**TRY IT**
Return exactly the span of lines in the following data that opens with the line containing "#207=LINE('',#200,#25);" and closes with the line containing "#217=ADVANCED_FACE('',(#214),#216,.T.);". Include nothing else.

——————

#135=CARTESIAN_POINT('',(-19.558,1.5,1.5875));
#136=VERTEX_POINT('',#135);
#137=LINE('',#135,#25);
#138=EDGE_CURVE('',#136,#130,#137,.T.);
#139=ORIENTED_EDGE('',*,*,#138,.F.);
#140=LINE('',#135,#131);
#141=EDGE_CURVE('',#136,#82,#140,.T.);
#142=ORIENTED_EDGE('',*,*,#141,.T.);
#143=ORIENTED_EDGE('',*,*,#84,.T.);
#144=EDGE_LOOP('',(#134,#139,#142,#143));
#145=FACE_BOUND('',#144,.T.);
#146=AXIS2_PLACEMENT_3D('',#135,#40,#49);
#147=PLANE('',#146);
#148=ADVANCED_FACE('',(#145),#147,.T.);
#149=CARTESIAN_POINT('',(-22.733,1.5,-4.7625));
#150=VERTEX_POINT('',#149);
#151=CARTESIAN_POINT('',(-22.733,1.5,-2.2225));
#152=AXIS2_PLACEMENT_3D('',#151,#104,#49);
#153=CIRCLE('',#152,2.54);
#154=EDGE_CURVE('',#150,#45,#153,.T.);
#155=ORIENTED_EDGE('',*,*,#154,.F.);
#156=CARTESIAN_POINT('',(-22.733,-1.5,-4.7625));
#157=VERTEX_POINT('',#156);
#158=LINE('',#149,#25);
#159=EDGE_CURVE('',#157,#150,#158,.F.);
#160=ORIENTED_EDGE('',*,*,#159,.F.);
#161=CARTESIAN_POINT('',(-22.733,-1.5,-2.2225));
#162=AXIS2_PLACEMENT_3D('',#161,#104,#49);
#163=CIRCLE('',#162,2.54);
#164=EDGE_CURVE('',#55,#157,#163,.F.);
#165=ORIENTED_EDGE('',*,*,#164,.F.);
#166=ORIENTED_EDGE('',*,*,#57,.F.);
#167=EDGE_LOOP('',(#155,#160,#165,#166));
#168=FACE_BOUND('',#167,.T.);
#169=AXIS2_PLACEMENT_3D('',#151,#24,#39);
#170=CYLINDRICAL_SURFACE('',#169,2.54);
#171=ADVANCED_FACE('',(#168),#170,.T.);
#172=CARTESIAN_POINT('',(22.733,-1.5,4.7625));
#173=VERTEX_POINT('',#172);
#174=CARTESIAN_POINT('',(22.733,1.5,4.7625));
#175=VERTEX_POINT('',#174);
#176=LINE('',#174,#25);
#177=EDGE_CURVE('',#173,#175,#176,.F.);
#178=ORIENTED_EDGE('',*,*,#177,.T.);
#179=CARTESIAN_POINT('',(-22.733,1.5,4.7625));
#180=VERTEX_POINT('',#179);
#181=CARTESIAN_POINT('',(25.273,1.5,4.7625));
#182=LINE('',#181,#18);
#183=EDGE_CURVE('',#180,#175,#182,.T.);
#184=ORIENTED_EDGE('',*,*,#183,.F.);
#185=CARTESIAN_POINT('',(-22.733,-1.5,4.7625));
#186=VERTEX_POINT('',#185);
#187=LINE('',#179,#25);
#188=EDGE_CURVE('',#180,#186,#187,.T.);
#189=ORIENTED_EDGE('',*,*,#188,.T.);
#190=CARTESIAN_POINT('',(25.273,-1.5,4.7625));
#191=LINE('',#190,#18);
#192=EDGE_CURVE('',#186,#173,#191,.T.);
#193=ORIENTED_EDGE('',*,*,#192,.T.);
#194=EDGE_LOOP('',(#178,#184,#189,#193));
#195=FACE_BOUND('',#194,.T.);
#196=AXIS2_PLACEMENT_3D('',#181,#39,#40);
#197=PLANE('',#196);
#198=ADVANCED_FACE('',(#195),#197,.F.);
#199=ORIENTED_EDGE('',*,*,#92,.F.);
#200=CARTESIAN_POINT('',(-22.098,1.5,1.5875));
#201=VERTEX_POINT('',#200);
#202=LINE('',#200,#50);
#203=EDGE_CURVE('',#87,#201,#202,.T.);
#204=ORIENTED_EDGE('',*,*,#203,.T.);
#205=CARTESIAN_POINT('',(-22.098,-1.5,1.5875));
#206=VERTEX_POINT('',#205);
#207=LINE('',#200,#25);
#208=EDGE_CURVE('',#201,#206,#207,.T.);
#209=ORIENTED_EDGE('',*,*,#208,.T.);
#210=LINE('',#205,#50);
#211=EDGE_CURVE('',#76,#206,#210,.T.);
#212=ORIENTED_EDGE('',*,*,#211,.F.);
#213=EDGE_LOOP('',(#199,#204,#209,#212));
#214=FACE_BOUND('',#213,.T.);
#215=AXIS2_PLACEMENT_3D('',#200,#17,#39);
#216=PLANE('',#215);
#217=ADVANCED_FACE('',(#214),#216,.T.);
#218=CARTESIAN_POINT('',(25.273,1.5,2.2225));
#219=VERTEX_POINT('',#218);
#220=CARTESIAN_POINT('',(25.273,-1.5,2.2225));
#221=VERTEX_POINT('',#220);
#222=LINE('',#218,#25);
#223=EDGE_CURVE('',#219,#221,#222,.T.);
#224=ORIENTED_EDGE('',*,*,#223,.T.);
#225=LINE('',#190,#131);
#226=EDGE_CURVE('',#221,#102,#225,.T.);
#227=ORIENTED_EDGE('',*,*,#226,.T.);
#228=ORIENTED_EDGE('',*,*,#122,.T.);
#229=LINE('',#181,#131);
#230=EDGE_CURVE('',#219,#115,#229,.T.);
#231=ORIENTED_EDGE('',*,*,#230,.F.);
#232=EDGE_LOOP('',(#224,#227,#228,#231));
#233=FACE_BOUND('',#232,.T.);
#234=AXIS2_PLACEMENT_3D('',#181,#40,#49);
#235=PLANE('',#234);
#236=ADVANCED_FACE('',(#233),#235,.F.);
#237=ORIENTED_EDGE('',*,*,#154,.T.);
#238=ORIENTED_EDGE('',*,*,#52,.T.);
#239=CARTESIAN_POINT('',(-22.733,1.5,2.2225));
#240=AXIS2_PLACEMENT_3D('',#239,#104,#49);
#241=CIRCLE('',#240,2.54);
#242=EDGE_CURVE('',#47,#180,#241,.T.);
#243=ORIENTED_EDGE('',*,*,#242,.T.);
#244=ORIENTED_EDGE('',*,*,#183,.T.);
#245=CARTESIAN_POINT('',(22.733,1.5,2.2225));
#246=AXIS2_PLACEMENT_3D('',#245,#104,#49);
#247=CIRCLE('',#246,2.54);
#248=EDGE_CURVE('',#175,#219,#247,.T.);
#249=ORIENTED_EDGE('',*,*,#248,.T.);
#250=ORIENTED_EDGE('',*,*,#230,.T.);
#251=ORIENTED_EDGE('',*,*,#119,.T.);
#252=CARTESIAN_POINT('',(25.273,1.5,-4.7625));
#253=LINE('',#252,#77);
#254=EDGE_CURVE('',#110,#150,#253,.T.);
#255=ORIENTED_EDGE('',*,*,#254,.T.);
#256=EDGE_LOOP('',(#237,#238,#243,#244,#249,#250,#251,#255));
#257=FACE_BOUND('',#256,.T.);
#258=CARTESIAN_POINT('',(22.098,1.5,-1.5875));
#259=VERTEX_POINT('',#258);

——————

**ANSWER TO THIS TASK**
#207=LINE('',#200,#25);
#208=EDGE_CURVE('',#201,#206,#207,.T.);
#209=ORIENTED_EDGE('',*,*,#208,.T.);
#210=LINE('',#205,#50);
#211=EDGE_CURVE('',#76,#206,#210,.T.);
#212=ORIENTED_EDGE('',*,*,#211,.F.);
#213=EDGE_LOOP('',(#199,#204,#209,#212));
#214=FACE_BOUND('',#213,.T.);
#215=AXIS2_PLACEMENT_3D('',#200,#17,#39);
#216=PLANE('',#215);
#217=ADVANCED_FACE('',(#214),#216,.T.);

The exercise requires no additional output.